Two men broke into a family’s home in Cheshire, Connecticut on July 23, 2007, sexually assaulting a woman, Jennifer Hawk-Petit, and her daughter Michaela, 11. The two men also beat the girl’s father, William, before killing Jennifer, Michaela and the couple’s 17-year-old daughter Hayley, 17.

Joshua Komisarjevsky and Steven Hayes were convicted in the case and sentenced to death. They are two of the 11 men on death row whose sentences now appear to be vacated by the state’s high court ruling.

The court’s ruling, which came in spite of the continued high-profile protests of William Petit, the surviving husband and father of the 2007 murder victims—and a well-orchestrated campaign by pro-death penalty proponents in both big business parties—is an indication of growing public opposition to capital punishment.

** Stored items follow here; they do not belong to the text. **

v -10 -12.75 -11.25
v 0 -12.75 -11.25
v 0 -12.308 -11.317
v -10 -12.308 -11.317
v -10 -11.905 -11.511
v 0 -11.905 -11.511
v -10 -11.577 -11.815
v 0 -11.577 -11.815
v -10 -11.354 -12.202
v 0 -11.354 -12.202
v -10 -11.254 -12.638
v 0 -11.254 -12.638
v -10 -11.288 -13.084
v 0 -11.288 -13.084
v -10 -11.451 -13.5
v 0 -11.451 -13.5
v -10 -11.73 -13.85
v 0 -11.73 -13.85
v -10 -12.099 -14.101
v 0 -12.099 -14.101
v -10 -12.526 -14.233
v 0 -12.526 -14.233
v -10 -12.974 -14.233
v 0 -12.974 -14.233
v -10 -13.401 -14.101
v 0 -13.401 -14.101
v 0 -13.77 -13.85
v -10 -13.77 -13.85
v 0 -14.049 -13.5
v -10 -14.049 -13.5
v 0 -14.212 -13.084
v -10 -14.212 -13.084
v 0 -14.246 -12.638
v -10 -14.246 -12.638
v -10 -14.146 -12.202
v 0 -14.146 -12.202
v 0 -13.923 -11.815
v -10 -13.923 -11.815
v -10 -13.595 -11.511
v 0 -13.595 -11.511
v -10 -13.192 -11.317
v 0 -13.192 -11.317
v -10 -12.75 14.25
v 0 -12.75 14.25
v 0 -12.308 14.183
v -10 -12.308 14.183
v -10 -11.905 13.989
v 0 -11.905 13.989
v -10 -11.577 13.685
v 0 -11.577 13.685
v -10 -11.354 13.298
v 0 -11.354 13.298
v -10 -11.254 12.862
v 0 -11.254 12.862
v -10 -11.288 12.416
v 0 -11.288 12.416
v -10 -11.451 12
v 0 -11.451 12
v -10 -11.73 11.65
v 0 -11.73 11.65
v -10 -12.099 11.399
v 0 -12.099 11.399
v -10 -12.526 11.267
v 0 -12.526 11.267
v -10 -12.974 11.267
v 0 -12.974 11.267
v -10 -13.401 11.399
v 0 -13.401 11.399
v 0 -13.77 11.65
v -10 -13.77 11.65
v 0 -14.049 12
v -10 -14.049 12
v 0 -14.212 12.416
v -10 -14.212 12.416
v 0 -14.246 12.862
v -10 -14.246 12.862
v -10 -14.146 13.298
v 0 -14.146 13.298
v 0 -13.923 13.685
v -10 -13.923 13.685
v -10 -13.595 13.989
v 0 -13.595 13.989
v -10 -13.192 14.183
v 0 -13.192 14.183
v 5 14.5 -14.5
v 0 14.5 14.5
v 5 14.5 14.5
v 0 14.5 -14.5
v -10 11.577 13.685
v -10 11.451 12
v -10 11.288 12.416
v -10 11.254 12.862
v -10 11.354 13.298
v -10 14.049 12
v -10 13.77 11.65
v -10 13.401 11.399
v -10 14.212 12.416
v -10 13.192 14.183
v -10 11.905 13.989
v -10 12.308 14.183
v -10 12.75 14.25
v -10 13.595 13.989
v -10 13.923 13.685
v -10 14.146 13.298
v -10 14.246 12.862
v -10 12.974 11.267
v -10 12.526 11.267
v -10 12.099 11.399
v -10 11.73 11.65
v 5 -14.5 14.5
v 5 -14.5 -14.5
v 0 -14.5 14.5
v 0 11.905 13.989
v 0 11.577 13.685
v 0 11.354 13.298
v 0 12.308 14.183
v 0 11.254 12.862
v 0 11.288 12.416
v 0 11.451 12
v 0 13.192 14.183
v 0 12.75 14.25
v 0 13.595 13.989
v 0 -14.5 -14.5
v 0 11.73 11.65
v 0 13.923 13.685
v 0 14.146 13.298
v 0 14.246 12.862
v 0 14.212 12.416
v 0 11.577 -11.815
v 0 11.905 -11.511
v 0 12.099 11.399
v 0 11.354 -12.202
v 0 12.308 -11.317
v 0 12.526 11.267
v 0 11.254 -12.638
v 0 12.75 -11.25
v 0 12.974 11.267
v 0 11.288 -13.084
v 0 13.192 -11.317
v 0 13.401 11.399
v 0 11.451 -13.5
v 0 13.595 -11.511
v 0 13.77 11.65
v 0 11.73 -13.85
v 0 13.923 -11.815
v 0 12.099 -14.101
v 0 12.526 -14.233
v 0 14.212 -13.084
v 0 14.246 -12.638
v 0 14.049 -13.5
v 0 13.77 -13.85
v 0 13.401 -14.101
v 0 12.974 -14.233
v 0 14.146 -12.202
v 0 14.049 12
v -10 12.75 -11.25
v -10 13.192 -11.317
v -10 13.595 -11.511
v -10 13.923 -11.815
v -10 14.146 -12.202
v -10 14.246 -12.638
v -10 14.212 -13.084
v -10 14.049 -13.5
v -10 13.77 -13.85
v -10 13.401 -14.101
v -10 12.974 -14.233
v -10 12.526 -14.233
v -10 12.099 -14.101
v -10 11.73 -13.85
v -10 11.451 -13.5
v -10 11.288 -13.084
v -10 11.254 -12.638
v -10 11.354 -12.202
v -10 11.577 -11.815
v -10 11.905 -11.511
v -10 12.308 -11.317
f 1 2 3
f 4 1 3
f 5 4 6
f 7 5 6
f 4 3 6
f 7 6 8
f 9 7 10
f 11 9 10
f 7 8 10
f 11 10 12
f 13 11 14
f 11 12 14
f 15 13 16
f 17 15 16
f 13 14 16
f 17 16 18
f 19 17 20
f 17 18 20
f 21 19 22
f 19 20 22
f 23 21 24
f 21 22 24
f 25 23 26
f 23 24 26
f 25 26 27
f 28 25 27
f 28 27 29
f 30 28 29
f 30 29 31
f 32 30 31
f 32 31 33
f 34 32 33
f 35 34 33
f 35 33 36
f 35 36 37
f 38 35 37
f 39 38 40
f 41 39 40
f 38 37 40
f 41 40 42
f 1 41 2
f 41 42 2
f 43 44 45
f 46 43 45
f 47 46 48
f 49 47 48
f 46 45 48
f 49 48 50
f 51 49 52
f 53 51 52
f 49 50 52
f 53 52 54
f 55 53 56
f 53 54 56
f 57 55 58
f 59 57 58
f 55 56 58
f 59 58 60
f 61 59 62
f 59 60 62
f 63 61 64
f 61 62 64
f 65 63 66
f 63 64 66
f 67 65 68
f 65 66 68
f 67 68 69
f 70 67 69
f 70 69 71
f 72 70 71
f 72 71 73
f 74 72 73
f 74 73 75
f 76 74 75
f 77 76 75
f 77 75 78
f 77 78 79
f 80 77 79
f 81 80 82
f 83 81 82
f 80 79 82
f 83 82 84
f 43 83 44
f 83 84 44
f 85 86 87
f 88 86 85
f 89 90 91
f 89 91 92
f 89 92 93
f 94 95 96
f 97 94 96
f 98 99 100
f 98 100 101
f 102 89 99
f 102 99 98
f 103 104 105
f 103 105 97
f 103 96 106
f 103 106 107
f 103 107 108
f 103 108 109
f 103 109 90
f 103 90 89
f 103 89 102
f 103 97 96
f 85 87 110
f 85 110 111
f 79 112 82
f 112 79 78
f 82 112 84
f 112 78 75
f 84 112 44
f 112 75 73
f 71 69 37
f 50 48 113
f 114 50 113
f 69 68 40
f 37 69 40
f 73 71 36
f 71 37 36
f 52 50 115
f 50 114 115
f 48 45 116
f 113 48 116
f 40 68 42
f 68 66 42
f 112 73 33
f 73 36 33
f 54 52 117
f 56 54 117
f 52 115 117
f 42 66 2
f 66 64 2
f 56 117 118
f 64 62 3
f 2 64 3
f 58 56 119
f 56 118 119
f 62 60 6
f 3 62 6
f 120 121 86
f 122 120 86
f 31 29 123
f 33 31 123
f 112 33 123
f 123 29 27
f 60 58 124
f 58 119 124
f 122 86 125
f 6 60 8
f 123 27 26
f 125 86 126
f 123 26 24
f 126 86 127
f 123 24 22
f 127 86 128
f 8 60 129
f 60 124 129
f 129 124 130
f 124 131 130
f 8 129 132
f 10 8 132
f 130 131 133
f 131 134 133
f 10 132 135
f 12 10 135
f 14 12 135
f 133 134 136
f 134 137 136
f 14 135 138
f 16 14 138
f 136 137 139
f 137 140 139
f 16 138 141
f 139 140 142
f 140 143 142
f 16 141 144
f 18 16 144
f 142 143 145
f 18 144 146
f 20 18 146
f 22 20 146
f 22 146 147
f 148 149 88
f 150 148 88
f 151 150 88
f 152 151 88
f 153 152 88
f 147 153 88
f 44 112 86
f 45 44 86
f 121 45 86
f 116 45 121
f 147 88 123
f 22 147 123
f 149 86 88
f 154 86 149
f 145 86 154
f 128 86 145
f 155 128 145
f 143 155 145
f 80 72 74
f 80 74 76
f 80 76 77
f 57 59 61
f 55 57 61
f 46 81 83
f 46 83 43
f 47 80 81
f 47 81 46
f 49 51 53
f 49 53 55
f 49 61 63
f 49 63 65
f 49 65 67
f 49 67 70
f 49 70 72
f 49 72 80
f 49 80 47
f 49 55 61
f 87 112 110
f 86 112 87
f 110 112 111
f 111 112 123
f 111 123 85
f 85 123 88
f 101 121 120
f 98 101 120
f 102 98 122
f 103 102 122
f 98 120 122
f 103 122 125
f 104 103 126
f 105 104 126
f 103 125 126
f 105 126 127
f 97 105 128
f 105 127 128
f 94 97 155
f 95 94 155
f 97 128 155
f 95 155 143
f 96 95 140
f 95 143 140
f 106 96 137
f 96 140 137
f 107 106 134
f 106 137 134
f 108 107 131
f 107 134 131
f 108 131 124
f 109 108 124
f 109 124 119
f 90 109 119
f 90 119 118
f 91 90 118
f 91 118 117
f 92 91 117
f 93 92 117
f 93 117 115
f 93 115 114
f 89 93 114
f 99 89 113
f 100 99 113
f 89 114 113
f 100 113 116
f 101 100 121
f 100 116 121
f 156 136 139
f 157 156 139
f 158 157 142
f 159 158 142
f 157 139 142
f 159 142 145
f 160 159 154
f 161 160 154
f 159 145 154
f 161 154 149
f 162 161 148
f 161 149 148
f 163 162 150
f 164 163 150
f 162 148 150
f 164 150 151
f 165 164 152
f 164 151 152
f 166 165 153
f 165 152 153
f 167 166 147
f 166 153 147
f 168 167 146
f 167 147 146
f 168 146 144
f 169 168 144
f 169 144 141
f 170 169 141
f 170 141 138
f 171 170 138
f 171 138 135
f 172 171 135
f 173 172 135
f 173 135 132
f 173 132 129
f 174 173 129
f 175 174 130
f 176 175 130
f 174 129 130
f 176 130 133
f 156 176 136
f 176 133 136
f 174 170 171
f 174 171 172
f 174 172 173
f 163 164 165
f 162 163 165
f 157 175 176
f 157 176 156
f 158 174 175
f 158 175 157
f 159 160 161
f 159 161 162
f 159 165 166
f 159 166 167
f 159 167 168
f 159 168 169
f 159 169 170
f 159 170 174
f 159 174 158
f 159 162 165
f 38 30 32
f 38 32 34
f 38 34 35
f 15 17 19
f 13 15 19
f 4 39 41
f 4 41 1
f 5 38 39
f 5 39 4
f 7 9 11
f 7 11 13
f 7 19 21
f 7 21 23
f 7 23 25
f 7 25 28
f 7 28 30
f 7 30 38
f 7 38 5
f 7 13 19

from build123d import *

# Parameters (mm, degrees)
SKETCH1_W           = 29
SKETCH1_H           = 29
BOSS_EXTRUDE1_DEPTH = 5
SKETCH2_R           = 1.5
BOSS_EXTRUDE2_DEPTH = 10


with BuildPart() as part:
    # Sketch1 → Boss-Extrude1 (new body)
    with BuildSketch(Plane(origin=(0, 0, 0), x_dir=(0, 0, -1), z_dir=(1, 0, 0))):
        Rectangle(SKETCH1_W, SKETCH1_H)
    extrude(amount=BOSS_EXTRUDE1_DEPTH)

    # Sketch2 → Boss-Extrude2 (add)
    with BuildSketch(Plane.ZY):
        with Locations((-12.75, 12.75)):
            Circle(SKETCH2_R)
        with Locations((12.75, 12.75)):
            Circle(SKETCH2_R)
        with Locations((12.75, -12.75)):
            Circle(SKETCH2_R)
        with Locations((-12.75, -12.75)):
            Circle(SKETCH2_R)
    extrude(amount=BOSS_EXTRUDE2_DEPTH)


solid = part.part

Thirty-one US states, plus the federal government and the US military, still have capital punishment statues. There are currently 18 states without the death penalty. Twelve states banned it before 2007 and six banned it between 2007 and 2013—New Jersey, New York, New Mexico, Illinois, Connecticut and Maryland.

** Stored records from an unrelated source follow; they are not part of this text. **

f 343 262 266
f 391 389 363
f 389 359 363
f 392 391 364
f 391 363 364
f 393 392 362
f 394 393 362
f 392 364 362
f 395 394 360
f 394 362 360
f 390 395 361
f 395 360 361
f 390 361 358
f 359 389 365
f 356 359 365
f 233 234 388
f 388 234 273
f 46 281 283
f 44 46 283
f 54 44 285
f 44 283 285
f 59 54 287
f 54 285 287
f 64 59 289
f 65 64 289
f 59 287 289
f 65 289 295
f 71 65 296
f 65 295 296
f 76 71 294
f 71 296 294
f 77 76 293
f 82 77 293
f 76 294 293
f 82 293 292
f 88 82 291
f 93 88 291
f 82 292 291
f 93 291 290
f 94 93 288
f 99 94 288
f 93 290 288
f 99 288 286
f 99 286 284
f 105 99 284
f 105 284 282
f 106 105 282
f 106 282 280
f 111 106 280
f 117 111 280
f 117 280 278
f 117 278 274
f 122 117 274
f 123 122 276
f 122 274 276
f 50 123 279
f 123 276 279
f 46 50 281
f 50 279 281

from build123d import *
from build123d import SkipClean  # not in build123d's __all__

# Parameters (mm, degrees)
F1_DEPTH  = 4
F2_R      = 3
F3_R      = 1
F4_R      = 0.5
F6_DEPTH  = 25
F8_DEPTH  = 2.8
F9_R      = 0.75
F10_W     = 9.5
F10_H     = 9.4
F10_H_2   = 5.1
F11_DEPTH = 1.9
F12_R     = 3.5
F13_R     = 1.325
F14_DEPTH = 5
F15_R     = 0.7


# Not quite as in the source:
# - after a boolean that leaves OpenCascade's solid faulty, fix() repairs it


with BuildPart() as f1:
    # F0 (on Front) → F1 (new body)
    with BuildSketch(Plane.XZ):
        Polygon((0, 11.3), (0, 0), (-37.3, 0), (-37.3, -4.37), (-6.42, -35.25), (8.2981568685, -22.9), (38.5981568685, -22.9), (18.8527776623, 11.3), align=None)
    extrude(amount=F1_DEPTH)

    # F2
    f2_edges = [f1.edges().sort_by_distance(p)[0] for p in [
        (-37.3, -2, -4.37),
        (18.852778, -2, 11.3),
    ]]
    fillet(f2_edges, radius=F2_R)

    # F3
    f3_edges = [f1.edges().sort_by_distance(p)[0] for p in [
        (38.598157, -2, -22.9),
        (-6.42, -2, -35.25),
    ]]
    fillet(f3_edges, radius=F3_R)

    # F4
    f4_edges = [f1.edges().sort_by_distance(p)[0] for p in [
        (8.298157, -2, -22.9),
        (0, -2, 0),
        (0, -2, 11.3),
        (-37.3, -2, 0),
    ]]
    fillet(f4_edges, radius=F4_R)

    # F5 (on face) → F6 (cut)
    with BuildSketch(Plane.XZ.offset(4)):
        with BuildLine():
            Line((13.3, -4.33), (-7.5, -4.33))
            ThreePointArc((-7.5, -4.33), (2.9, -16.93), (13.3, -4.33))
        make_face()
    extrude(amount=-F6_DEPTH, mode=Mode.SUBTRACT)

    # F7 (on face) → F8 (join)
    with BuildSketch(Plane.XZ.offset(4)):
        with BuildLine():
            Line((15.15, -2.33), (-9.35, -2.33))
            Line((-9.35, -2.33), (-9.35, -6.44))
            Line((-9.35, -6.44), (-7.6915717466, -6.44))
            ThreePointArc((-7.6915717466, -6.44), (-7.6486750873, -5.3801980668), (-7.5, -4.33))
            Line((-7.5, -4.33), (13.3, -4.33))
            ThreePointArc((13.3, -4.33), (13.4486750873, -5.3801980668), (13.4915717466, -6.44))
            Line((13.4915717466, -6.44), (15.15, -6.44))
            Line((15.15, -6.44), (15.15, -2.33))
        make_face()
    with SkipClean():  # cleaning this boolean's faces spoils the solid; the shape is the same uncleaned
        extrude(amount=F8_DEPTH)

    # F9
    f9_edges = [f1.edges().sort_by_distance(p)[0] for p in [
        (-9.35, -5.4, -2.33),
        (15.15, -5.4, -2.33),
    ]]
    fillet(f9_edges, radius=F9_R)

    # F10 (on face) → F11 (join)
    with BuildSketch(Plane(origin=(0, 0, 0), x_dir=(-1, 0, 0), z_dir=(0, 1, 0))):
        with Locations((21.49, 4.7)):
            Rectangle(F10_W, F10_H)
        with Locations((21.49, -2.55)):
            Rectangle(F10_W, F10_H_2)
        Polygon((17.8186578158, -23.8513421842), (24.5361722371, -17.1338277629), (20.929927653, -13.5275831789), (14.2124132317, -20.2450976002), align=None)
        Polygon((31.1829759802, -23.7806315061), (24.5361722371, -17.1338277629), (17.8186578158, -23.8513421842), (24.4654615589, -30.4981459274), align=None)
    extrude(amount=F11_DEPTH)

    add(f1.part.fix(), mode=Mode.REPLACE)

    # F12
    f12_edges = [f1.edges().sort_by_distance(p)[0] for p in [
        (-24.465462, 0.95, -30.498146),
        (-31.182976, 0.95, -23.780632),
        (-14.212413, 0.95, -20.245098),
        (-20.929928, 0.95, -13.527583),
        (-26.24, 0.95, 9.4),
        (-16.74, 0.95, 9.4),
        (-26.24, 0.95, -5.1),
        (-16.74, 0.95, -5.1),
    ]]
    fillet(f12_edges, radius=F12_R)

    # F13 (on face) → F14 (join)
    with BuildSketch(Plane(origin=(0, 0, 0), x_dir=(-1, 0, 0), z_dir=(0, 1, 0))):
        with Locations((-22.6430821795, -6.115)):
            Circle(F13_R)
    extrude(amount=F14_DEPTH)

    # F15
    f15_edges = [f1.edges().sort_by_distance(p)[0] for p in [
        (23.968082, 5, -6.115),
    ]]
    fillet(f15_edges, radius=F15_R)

With Connecticut’s 2012 repeal, New Hampshire remains the only state in New England with capital punishment still fully on the books. Legislators came within one vote of abolishing it in the state in 2014.

While a growing number of states have repealed the death penalty, the US Supreme Court has consistently upheld the constitutionality of capital punishment. Following a series of horrific lethal injections in recent years in which condemned inmates showed visible signs of distress and suffering in the execution chamber, the nation’s high court ruled 5-4 on June 29 to uphold Oklahoma’s lethal injection protocol.

The Connecticut Supreme Court majority decision Monday referred to Justice Stephen Breyer’s dissent in the US high court’s Oklahoma ruling, in which he suggested that the court take up the question of the constitutionality of the death penalty as a whole.

Justice Antonin Scalia, concurring with the majority in the case, filed an angry opinion at the time denouncing Breyer for taking on “the role of the [death penalty] abolitionists in this long-running drama.”

The high court ruled 5-4 on June 26 to uphold the right of same-sex couples throughout the US to legally marry, demonstrating that it is willing to make concessions on certain democratic rights that are of particular concern to better-off sections of the middle class. However, the death penalty—the ability of the state to kill its citizens—is a key element of class rule that it is determined to uphold.

Barack Obama, despite expressing concern about lethal injections gone wrong and the racial and socio-economic disparities in the implementation of the death penalty, has maintained that there are certain instances in which crimes are “particularly heinous” and capital punishment is needed. Instead of abolishing it, the president has cynically called for the inherently barbaric practice to be carried out “humanely.”